**Data in this exercise:**
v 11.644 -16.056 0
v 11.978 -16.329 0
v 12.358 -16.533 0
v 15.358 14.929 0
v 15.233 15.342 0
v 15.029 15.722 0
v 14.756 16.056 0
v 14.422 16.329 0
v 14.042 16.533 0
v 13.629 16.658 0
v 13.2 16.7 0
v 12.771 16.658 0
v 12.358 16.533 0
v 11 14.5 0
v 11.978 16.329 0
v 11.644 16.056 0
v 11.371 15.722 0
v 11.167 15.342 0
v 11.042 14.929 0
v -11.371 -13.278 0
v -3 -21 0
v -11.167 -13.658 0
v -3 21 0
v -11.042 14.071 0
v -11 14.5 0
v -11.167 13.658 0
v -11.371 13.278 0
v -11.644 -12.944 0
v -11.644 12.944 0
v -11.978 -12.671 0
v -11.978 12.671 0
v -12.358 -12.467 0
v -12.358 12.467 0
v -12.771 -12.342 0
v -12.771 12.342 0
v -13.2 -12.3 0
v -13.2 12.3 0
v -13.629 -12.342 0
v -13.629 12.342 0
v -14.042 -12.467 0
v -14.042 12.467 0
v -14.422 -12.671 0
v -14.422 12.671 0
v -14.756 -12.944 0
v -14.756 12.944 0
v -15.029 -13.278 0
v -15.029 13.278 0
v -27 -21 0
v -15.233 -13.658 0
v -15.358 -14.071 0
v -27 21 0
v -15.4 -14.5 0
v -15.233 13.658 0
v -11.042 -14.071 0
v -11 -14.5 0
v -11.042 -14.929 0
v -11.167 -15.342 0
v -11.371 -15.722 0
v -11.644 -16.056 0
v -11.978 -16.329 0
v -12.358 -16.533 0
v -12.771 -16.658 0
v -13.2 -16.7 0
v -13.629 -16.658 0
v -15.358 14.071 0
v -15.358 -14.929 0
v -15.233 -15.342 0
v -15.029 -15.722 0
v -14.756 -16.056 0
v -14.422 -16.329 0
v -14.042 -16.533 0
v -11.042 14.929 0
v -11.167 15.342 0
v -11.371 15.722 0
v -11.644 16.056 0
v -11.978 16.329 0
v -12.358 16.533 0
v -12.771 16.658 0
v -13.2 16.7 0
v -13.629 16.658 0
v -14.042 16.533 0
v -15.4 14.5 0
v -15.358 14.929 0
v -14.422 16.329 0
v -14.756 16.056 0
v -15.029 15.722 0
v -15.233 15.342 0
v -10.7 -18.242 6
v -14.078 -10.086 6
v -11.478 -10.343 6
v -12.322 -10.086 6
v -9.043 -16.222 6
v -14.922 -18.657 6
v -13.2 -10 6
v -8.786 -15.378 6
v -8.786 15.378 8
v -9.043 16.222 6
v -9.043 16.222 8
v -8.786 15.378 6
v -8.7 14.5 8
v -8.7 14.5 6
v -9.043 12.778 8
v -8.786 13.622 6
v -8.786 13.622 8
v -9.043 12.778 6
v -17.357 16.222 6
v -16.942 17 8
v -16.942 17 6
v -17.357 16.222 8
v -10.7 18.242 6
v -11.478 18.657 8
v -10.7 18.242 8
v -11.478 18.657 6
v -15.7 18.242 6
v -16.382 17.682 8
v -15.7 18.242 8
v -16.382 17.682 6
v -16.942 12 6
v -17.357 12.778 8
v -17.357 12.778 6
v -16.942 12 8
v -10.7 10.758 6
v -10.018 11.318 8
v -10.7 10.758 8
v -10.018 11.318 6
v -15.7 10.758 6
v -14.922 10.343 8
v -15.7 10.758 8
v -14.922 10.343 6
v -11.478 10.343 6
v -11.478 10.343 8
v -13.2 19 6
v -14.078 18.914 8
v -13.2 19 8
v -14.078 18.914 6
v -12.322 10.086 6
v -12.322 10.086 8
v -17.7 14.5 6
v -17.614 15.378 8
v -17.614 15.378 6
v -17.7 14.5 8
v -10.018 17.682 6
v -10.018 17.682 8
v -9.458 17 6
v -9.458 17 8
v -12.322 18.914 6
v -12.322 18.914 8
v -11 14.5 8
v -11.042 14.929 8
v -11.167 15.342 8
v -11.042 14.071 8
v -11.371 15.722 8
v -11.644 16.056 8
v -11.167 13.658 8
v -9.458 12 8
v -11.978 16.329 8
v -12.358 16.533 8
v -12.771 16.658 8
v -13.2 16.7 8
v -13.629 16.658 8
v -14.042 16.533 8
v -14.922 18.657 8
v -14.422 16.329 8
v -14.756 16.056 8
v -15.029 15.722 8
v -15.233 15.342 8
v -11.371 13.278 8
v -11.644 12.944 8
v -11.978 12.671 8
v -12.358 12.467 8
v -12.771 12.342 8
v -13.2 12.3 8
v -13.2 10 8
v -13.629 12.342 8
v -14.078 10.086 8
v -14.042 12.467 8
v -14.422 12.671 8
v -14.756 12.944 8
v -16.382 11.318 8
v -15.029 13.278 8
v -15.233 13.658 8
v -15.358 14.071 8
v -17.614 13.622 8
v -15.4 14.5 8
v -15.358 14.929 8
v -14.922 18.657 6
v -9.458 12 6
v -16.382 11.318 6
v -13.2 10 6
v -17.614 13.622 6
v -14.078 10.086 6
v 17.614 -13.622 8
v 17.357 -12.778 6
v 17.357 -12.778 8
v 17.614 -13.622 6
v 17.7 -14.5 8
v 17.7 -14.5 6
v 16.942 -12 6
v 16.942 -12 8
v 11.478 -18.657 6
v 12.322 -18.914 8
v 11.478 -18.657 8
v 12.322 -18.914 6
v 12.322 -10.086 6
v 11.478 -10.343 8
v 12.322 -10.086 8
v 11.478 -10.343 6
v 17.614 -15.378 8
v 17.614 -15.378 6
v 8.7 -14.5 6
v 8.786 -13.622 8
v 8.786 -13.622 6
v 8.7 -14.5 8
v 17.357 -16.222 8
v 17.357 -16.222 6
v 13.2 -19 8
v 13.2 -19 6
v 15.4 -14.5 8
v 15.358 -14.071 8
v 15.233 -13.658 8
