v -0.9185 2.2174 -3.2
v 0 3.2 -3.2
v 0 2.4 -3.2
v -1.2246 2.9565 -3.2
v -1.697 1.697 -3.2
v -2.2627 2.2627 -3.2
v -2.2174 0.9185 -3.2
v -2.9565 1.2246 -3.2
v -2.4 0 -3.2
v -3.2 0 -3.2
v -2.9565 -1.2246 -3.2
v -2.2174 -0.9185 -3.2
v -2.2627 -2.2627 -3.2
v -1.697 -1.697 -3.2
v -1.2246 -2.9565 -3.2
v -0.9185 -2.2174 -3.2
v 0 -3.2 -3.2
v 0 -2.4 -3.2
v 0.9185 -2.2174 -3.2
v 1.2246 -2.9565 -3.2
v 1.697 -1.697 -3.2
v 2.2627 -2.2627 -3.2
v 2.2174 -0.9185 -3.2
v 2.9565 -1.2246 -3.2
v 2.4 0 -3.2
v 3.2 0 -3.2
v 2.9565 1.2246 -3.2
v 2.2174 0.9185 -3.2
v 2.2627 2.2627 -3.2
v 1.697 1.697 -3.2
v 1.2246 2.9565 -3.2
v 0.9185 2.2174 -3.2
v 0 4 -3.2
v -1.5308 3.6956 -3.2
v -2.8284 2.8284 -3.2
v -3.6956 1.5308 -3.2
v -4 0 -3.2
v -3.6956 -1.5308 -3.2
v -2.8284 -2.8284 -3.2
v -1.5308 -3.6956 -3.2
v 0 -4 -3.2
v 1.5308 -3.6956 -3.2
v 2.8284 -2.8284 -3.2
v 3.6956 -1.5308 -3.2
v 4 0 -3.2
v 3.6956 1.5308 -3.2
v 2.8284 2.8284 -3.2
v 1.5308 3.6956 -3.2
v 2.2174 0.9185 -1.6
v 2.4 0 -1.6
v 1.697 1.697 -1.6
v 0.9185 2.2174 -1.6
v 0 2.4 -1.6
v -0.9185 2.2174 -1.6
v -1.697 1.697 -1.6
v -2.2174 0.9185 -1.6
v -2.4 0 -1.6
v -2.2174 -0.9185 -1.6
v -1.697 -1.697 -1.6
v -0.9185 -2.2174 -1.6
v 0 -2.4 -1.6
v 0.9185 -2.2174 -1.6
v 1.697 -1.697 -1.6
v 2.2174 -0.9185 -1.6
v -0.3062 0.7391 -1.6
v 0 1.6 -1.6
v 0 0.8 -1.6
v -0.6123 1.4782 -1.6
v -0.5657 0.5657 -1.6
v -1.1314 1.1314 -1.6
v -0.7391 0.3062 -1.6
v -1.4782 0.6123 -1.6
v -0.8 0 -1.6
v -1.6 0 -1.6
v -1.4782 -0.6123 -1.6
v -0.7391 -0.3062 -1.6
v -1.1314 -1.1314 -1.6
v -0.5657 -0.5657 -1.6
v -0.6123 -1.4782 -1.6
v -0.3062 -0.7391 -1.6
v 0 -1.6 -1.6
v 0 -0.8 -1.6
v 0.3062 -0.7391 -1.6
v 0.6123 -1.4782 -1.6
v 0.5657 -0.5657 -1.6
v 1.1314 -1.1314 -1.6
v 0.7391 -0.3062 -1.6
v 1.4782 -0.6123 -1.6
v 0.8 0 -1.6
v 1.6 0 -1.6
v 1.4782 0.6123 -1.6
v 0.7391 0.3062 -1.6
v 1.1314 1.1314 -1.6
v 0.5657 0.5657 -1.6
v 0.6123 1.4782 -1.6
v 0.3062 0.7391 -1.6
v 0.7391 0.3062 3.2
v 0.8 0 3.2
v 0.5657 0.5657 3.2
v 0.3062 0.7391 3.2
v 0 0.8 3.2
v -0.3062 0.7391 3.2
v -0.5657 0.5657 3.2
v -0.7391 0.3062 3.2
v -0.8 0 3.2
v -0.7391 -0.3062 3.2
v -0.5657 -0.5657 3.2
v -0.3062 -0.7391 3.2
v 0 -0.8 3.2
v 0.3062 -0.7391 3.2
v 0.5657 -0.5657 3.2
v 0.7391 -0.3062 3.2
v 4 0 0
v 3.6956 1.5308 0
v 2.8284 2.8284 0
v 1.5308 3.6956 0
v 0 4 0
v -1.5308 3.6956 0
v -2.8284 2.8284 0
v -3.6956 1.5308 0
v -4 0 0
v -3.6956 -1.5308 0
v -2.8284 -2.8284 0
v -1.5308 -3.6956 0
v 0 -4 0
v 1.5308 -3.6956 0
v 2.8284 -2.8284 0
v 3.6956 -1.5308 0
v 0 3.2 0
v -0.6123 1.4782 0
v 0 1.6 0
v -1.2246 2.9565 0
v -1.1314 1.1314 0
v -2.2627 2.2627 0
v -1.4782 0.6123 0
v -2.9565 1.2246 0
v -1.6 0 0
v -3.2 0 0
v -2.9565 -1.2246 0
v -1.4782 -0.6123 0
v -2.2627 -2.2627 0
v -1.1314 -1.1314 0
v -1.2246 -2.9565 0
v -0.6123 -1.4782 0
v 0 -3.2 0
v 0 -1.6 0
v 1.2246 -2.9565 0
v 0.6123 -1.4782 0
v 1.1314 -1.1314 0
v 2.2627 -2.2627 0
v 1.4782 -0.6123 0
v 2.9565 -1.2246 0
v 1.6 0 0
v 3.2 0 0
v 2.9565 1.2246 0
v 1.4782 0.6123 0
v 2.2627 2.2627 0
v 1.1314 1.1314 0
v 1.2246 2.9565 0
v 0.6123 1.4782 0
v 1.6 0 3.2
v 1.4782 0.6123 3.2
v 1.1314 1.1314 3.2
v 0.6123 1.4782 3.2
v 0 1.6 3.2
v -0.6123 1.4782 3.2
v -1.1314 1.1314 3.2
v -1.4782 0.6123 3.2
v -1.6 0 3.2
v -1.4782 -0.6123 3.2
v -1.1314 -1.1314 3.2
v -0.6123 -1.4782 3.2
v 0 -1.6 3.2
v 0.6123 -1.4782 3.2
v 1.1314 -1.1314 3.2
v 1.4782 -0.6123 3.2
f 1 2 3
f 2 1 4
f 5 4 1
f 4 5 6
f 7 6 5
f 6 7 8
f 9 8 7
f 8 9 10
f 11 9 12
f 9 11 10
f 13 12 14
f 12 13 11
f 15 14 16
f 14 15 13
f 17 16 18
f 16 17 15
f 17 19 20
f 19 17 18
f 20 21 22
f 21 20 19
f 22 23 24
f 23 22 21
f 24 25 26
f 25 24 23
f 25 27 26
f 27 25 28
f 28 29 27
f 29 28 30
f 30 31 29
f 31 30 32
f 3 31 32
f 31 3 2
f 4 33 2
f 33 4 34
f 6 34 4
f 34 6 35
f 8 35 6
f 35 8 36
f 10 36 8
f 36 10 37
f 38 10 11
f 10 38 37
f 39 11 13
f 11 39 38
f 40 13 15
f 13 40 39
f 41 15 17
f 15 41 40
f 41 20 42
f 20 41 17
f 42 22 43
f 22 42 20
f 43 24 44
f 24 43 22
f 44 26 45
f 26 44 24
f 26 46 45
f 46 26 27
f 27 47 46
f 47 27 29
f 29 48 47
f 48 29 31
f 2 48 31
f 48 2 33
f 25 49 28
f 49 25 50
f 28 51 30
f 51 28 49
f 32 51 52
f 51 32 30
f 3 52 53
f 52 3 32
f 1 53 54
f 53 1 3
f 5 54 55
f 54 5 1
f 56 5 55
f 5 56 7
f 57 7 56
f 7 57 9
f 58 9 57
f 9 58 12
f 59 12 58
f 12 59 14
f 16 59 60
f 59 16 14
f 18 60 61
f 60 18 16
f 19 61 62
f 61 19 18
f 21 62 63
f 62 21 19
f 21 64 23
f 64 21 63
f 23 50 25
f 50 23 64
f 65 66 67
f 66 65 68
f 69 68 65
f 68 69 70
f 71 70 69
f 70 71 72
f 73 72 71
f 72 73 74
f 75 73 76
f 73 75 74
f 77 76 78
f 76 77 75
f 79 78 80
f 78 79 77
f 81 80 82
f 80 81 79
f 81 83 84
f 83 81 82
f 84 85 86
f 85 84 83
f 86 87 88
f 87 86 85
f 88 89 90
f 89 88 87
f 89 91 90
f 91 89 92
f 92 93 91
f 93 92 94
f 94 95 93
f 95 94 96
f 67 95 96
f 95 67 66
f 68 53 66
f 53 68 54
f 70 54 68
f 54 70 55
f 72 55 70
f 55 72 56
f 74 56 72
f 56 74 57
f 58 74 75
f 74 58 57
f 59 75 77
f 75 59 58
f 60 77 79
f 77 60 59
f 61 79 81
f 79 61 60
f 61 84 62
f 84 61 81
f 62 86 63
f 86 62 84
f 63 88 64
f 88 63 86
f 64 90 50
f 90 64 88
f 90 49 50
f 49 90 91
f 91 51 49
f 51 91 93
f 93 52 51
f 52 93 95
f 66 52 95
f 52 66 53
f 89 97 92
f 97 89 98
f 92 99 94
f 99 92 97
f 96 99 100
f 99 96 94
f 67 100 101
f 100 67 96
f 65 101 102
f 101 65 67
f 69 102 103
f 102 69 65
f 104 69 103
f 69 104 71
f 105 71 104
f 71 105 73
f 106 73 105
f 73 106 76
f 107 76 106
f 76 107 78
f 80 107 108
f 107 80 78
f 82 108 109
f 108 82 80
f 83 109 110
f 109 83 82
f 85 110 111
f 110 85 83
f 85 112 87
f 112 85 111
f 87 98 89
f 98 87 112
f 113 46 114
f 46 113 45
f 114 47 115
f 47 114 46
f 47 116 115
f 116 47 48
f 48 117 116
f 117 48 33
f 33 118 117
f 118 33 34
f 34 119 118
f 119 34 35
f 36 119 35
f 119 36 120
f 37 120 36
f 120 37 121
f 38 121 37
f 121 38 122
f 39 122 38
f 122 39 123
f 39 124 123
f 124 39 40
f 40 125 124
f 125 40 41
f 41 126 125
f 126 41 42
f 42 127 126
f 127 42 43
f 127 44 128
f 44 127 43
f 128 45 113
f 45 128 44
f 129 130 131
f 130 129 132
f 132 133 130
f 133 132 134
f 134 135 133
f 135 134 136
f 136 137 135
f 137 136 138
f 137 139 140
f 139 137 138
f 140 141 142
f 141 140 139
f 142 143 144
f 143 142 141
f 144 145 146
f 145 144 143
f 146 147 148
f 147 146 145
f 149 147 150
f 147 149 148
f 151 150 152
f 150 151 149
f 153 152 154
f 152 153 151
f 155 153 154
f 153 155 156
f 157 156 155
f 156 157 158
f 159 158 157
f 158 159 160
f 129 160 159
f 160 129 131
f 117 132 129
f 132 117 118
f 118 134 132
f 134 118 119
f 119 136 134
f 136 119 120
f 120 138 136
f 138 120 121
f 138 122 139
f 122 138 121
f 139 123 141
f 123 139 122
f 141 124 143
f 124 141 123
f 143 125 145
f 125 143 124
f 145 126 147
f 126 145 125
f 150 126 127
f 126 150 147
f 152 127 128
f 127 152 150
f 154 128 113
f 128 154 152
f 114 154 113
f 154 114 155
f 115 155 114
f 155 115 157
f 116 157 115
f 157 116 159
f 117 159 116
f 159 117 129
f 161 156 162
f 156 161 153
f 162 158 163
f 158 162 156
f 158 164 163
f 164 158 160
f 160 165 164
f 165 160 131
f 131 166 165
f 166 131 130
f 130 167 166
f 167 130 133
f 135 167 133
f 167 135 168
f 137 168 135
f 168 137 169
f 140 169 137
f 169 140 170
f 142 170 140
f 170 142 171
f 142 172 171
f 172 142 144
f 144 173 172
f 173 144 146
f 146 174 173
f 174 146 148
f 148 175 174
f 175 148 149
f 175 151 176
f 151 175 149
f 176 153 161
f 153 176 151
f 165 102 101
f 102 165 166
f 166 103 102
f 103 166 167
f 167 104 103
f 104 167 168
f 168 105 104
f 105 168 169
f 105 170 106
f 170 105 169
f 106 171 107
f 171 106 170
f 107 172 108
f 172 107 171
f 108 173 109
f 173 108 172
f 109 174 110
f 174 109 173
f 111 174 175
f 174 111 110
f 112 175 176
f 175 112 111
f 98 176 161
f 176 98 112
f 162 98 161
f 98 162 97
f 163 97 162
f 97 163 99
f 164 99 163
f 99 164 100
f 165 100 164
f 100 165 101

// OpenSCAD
// file: ../p/4-4edge.scad
use <../lib.scad>
function ldraw_lib__4_4edge() = [
// 0 Circle 1.0
// 0 Name: 4-4edge.dat
// 0 Author: James Jessiman
// 0 !LDRAW_ORG Primitive UPDATE 2017-01
// 0 !LICENSE Licensed under CC BY 4.0 : see CAreadme.txt
// 
// 0 BFC CERTIFY CCW
  [0,"BFC","CERTIFY"],
  [0,"BFC","CCW"],
// 
// 0 !HISTORY 1998-12-15 [PTadmin] Official Update 1998-10
// 0 !HISTORY 2005-12-28 [PTadmin] Official Update 2005-01
// 0 !HISTORY 2007-06-24 [PTadmin] Header formatted for Contributor Agreement
// 0 !HISTORY 2008-07-01 [PTadmin] Official Update 2008-01
// 0 !HISTORY 2017-01-15 [Steffen] BFCed
// 0 !HISTORY 2017-12-30 [PTadmin] Official Update 2017-01
// 
// 
// 2 24 1 0 0 0.9239 0 0.3827
  [2,24,1,0,0,0.9239,0,0.3827],
// 2 24 0.9239 0 0.3827 0.7071 0 0.7071
  [2,24,0.9239,0,0.3827,0.7071,0,0.7071],
// 2 24 0.7071 0 0.7071 0.3827 0 0.9239
  [2,24,0.7071,0,0.7071,0.3827,0,0.9239],
// 2 24 0.3827 0 0.9239 0 0 1
  [2,24,0.3827,0,0.9239,0,0,1],
// 2 24 0 0 1 -0.3827 0 0.9239
  [2,24,0,0,1,-0.3827,0,0.9239],
// 2 24 -0.3827 0 0.9239 -0.7071 0 0.7071
  [2,24,-0.3827,0,0.9239,-0.7071,0,0.7071],
// 2 24 -0.7071 0 0.7071 -0.9239 0 0.3827
  [2,24,-0.7071,0,0.7071,-0.9239,0,0.3827],
// 2 24 -0.9239 0 0.3827 -1 0 -0
  [2,24,-0.9239,0,0.3827,-1,0,-0],
// 2 24 -1 0 -0 -0.9239 0 -0.3827
  [2,24,-1,0,-0,-0.9239,0,-0.3827],
// 2 24 -0.9239 0 -0.3827 -0.7071 0 -0.7071
  [2,24,-0.9239,0,-0.3827,-0.7071,0,-0.7071],
// 2 24 -0.7071 0 -0.7071 -0.3827 0 -0.9239
  [2,24,-0.7071,0,-0.7071,-0.3827,0,-0.9239],
// 2 24 -0.3827 0 -0.9239 0 0 -1
  [2,24,-0.3827,0,-0.9239,0,0,-1],
// 2 24 0 0 -1 0.3827 0 -0.9239
  [2,24,0,0,-1,0.3827,0,-0.9239],
// 2 24 0.3827 0 -0.9239 0.7071 0 -0.7071
  [2,24,0.3827,0,-0.9239,0.7071,0,-0.7071],
// 2 24 0.7071 0 -0.7071 0.9239 0 -0.3827
  [2,24,0.7071,0,-0.7071,0.9239,0,-0.3827],
// 2 24 0.9239 0 -0.3827 1 0 0
  [2,24,0.9239,0,-0.3827,1,0,0],
];
module ldraw_lib__4_4edge(step=0, col=false, unit=2/5, alt=false, line=0.2, solid=!$preview)
    makepoly(ldraw_lib__4_4edge(), step=step, col=col, unit=unit, alt=alt, line=line, solid=solid);
ldraw_lib__4_4edge(line=0.2);
// file: ../p/4-4cyli.scad
use <../lib.scad>
function ldraw_lib__4_4cyli() = [
// 0 Cylinder 1.0
// 0 Name: 4-4cyli.dat
// 0 Author: James Jessiman
// 0 !LDRAW_ORG Primitive UPDATE 2005-01
// 0 !LICENSE Licensed under CC BY 2.0 and CC BY 4.0 : see CAreadme.txt
// 
// 0 BFC CERTIFY CCW
  [0,"BFC","CERTIFY"],
  [0,"BFC","CCW"],
// 
// 0 !HISTORY 1998-12-15 [PTadmin] Official Update 1998-10
// 0 !HISTORY 2002-03-23 [sbliss] Added BFC statement; merged headers from files in distributions LDraw 0.27 and Complete.
// 0 !HISTORY 2002-04-25 [PTadmin] Official Update 2002-02
// 0 !HISTORY 2004-12-14 [guyvivan] BFC CCW
// 0 !HISTORY 2005-12-28 [PTadmin] Official Update 2005-01
// 0 !HISTORY 2007-06-24 [PTadmin] Header formatted for Contributor Agreement
// 0 !HISTORY 2008-07-01 [PTadmin] Official Update 2008-01
// 
// 
// 4 16 1 1 0 0.9239 1 0.3827 0.9239 0 0.3827 1 0 0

**Problem description:** Beginning at the line above that contains "f 167 135 168", return each line exactly through the line that contains "f 100 165 101", and no others.

**Answer area:**
f 167 135 168
f 137 168 135
f 168 137 169
f 140 169 137
f 169 140 170
f 142 170 140
f 170 142 171
f 142 172 171
f 172 142 144
f 144 173 172
f 173 144 146
f 146 174 173
f 174 146 148
f 148 175 174
f 175 148 149
f 175 151 176
f 151 175 149
f 176 153 161
f 153 176 151
f 165 102 101
f 102 165 166
f 166 103 102
f 103 166 167
f 167 104 103
f 104 167 168
f 168 105 104
f 105 168 169
f 105 170 106
f 170 105 169
f 106 171 107
f 171 106 170
f 107 172 108
f 172 107 171
f 108 173 109
f 173 108 172
f 109 174 110
f 174 109 173
f 111 174 175
f 174 111 110
f 112 175 176
f 175 112 111
f 98 176 161
f 176 98 112
f 162 98 161
f 98 162 97
f 163 97 162
f 97 163 99
f 164 99 163
f 99 164 100
f 165 100 164
f 100 165 101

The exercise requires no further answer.